Le Brésilien José Graziano da Silva a été élu dimanche à Rome directeur général de l'organisation des Nations unies pour l'alimentation et l'agriculture (FAO), devenant le premier représentant d'Amérique latine à diriger cette agence de lutte contre la faim.
"Je ne suis plus le candidat du Brésil, je suis le directeur général de tous les pays", a déclaré en espagnol M. Graziano, visiblement très ému après l'annonce de son élection.
"Avec les années, j'ai appris que l'on doit marcher ensemble, atteindre le consensus, pour atteindre les objectifs", a-t-il ajouté.
M. Graziano l'a emporté par 92 voix contre 88 à son rival, l'ancien ministre espagnol des Affaires étrangères Miguel Angel Moratinos, pour succéder au Sénégalais Jacques Diouf, aux commandes de cette organisation depuis 17 ans.
Les quatre autres candidats en lice --venant d'Autriche, d'Indonésie, d'Iran et d'Irak-- s'étaient retirés à l'issue d'un premier tour.
Ex-ministre de la Sécurité alimentaire du charismatique président brésilien Luiz Inacio Lula da Silva (2003-2010), M. Graziano incarne le programme brésilien de lutte contre la faim "Fome Zero" (Faim zéro), considéré comme un succès retentissant.
"Faim zéro", qui mettait l'accent sur la participation de la société civile à ce programme et sur l'égalité hommes-femmes, a contribué à sortir 24 millions de personnes de l'extrême pauvreté en cinq ans et à réduire de 25% la sous-alimentation au Brésil.
La présidente du Brésil Dilma Rousseff a exprimé sa très grande satisfaction, promettant à M. Graziano "un soutien ferme du gouvernement du Brésil" dans l'accomplissement de sa mission.
"La victoire du candidat brésilien reflète la reconnaissance par la communauté internationale des transformations socio-économiques en cours dans notre pays (...) ainsi que de l'engagement du Brésil à inscrire la lutte contre la faim et la pauvreté au centre de l'agenda international", a dit Mme Rousseff.
Les ministres français des Affaires étrangères Alain Juppé et de l'Agriculture Bruno Le Maire ont félicité M. José Graziano da Silva.
L'organisation d'aide britannique Oxfam s'est réjouie de cette élection. "Nous espérons que ces politiques couronnées de succès pourront être appliquées au niveau global", a déclaré Oxfam, en rendant hommage à "l'engagement, l'expertise et les compétences" du Brésilien.
"A travers le soutien aux petits agriculteurs, le Brésil lutte avec succès contre la faim.
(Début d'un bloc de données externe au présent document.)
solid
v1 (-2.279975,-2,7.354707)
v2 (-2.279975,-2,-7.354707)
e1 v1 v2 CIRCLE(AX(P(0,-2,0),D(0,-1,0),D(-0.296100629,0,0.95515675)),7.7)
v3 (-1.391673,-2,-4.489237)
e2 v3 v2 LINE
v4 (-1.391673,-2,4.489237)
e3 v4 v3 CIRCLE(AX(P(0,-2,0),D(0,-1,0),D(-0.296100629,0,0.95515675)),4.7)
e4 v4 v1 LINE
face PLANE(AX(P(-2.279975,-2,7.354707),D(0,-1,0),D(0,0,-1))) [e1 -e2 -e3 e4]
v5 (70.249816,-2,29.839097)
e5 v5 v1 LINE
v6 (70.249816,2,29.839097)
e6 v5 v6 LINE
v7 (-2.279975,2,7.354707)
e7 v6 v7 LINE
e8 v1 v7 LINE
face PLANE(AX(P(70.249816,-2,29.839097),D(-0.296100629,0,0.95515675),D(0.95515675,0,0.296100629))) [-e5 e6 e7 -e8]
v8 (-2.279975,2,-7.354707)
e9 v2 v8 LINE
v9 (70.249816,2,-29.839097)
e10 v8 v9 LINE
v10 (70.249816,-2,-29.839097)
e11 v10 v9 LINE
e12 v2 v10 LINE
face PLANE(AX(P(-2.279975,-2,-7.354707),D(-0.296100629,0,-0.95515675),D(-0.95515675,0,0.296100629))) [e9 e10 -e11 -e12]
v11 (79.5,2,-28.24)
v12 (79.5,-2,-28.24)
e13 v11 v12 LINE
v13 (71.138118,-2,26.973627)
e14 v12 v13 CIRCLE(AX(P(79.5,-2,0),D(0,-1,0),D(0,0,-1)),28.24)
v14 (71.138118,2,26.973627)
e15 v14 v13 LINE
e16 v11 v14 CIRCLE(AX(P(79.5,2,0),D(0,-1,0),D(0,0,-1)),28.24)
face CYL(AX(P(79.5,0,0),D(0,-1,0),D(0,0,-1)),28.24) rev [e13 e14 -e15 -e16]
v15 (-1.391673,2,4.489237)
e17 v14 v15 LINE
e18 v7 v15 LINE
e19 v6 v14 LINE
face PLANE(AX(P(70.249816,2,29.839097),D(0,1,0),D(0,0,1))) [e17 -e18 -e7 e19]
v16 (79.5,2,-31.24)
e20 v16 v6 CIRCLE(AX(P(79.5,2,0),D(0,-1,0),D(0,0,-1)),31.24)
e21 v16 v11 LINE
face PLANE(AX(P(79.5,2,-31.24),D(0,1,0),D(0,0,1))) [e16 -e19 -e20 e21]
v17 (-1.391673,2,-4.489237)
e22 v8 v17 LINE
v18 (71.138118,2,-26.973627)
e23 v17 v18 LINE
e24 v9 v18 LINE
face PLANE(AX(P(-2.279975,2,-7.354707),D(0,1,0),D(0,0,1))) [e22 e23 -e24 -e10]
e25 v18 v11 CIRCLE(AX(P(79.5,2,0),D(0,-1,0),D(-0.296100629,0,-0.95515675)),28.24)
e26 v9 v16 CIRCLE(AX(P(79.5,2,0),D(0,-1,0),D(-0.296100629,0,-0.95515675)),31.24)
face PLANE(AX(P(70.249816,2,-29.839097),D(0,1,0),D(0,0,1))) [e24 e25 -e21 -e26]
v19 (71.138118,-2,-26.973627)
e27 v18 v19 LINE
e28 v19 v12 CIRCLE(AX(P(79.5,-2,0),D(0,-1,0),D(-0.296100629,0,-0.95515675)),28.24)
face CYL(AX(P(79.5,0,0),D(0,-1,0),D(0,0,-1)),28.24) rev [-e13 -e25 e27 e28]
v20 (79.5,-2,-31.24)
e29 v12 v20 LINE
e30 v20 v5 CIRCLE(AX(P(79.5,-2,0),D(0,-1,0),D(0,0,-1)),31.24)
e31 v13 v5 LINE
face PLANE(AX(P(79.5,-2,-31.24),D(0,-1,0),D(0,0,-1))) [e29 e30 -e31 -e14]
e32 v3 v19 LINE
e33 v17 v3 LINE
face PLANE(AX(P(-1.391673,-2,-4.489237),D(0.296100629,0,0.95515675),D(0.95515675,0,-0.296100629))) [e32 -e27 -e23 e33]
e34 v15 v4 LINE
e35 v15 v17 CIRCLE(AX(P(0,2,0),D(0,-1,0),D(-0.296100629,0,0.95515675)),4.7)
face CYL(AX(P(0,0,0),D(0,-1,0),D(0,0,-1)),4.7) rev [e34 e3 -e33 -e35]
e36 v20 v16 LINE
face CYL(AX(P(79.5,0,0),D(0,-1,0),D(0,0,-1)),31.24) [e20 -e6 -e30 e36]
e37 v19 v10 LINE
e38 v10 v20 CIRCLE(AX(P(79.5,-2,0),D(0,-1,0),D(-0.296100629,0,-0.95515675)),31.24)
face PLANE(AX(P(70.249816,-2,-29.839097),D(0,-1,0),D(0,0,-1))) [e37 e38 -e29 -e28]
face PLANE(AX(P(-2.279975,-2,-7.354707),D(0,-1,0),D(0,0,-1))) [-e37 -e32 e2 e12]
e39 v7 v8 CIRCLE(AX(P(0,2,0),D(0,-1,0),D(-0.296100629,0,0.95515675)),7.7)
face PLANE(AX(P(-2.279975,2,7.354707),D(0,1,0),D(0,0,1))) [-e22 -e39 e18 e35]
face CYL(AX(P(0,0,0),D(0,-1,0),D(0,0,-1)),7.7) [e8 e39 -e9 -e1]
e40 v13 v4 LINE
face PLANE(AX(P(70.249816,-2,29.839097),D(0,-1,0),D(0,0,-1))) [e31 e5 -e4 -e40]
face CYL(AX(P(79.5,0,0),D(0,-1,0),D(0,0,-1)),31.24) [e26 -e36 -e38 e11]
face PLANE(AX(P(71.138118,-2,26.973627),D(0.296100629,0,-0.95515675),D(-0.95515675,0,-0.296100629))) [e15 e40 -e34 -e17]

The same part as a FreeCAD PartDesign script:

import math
import FreeCAD as App
import Part
import Sketcher


def add_polygon(sketch, points):
    """Adds a closed chain of lines whose ends are joined by coincident constraints."""
    first, n = sketch.GeometryCount, len(points)
    for a, b in zip(points, points[1:] + points[:1]):
        sketch.addGeometry(Part.LineSegment(App.Vector(*a, 0), App.Vector(*b, 0)), False)
    for i in range(n):
        sketch.addConstraint(Sketcher.Constraint("Coincident", first + i, 2, first + (i + 1) % n, 1))

doc = App.newDocument("Part")
body = doc.addObject("PartDesign::Body", "Body")

# Sketch on YZ plane
sketch1 = body.newObject("Sketcher::SketchObject", "Sketch")
sketch1.AttachmentSupport = (doc.getObject("YZ_Plane"), [""])
sketch1.MapMode = "FlatFace"
sketch1.AttachmentOffset = App.Placement(App.Vector(0, 0, 79.5), App.Rotation())
add_polygon(sketch1, [(2, -28.24), (-2, -28.24), (-2, -31.24), (2, -31.24)])  # lines 0-3
sketch1.addConstraint(Sketcher.Constraint("Horizontal", 0))
sketch1.addConstraint(Sketcher.Constraint("Vertical", 1))
sketch1.addConstraint(Sketcher.Constraint("Horizontal", 2))
sketch1.addConstraint(Sketcher.Constraint("Vertical", 3))
sketch1.addConstraint(Sketcher.Constraint("DistanceX", 0, 2, 0, 1, 4.0))
sketch1.addConstraint(Sketcher.Constraint("DistanceY", 1, 2, 1, 1, 3.0))
sketch1.addConstraint(Sketcher.Constraint("DistanceX", 0, 2, -1, 1, 2.0))
sketch1.addConstraint(Sketcher.Constraint("DistanceY", 0, 2, -1, 1, 28.24))

# Sketch on XZ plane
sketch2 = body.newObject("Sketcher::SketchObject", "Sketch001")
sketch2.AttachmentSupport = (doc.getObject("XZ_Plane"), [""])
sketch2.MapMode = "FlatFace"
sketch2.addGeometry(Part.LineSegment(App.Vector(-1.391673, -4.489237, 0), App.Vector(71.138118, -26.973627, 0)), False)
sketch2.addGeometry(Part.ArcOfCircle(Part.Circle(App.Vector(79.5, 0, 0), App.Vector(0, 0, 1), 28.24), math.radians(-107.223548), math.radians(107.223548)), False)
sketch2.addGeometry(Part.LineSegment(App.Vector(71.138118, 26.973627, 0), App.Vector(-1.391673, 4.489237, 0)), False)
sketch2.addGeometry(Part.ArcOfCircle(Part.Circle(App.Vector(0, 0, 0), App.Vector(0, 0, 1), 4.7), math.radians(107.223548), math.radians(252.776452)), False)
sketch2.addConstraint(Sketcher.Constraint("Tangent", 0, 2, 1, 1))
sketch2.addConstraint(Sketcher.Constraint("Tangent", 1, 2, 2, 1))
sketch2.addConstraint(Sketcher.Constraint("Tangent", 2, 2, 3, 1))
sketch2.addConstraint(Sketcher.Constraint("Tangent", 3, 2, 0, 1))
sketch2.addConstraint(Sketcher.Constraint("Coincident", 3, 3, -1, 1))
sketch2.addConstraint(Sketcher.Constraint("PointOnObject", 1, 3, -1))
sketch2.addConstraint(Sketcher.Constraint("Radius", 3, 4.7))
sketch2.addConstraint(Sketcher.Constraint("Radius", 1, 28.24))
sketch2.addConstraint(Sketcher.Constraint("DistanceX", -1, 1, 1, 3, 79.5))
doc.recompute()

additivepipe = body.newObject("PartDesign::AdditivePipe", "AdditivePipe")
additivepipe.Profile = sketch1
additivepipe.Spine = (sketch2, ["Edge1", "Edge2", "Edge3", "Edge4"])

doc.recompute()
Nous espérons que cette recette pourra être portée par M. Graziano à la FAO", a renchéri le responsable d'ActionAid, Marco De Ponte.
Car M. Graziano est désormais confronté à un enjeu encore plus considérable.
Le monde compte 925 millions de personnes sous-alimentées. Toutes les six secondes, un enfant meurt de problèmes liés à la malnutrition.
La feuille de route du prochain directeur est déjà tracée. Jeudi, à Paris, les ministres de l'Agriculture du G20 ont décidé la mise en place d'un "Forum de réaction rapide", censé "prévenir ou atténuer les crises mondiales des prix alimentaires", où l'organisation basée à Rome jouera un rôle prépondérant.
Ils ont aussi prévu d'augmenter la production agricole mondiale, l'une des préconisations majeures des experts de la FAO. L'objectif est d'augmenter la production agricole de 70% d'ici 2050, date à laquelle la population mondiale devrait dépasser les neuf milliards.
Aujourd'hui, la volatilité des prix agricoles --les cours des céréales se sont envolés sur les marchés mondiaux-- met en péril la sécurité alimentaire et fait craindre de nouvelles émeutes de la faim, comme en 2007 et 2008.
Cette élection prenait par ailleurs un relief particulier au moment où le Mexique tente d'arracher la direction du Fonds monétaire international (FMI) pour Agustin Carstens face à la Française Christine Lagarde, donnée favorite. En guise de monnaie d'échange, le Mexique avait d'ailleurs choisi de soutenir l'Européen Moratinos, au détriment du candidat brésilien.
Depuis 2006, M. Graziano était représentant régional pour l'Amérique latine et les Caraïbes auprès de la FAO et sous-directeur général de l'organisation.
C'est fort de cette expérience et de sa contribution à la rénovation d'une organisation jugée souvent trop bureaucratique qu'il avait fait campagne "pour une FAO forte et efficace".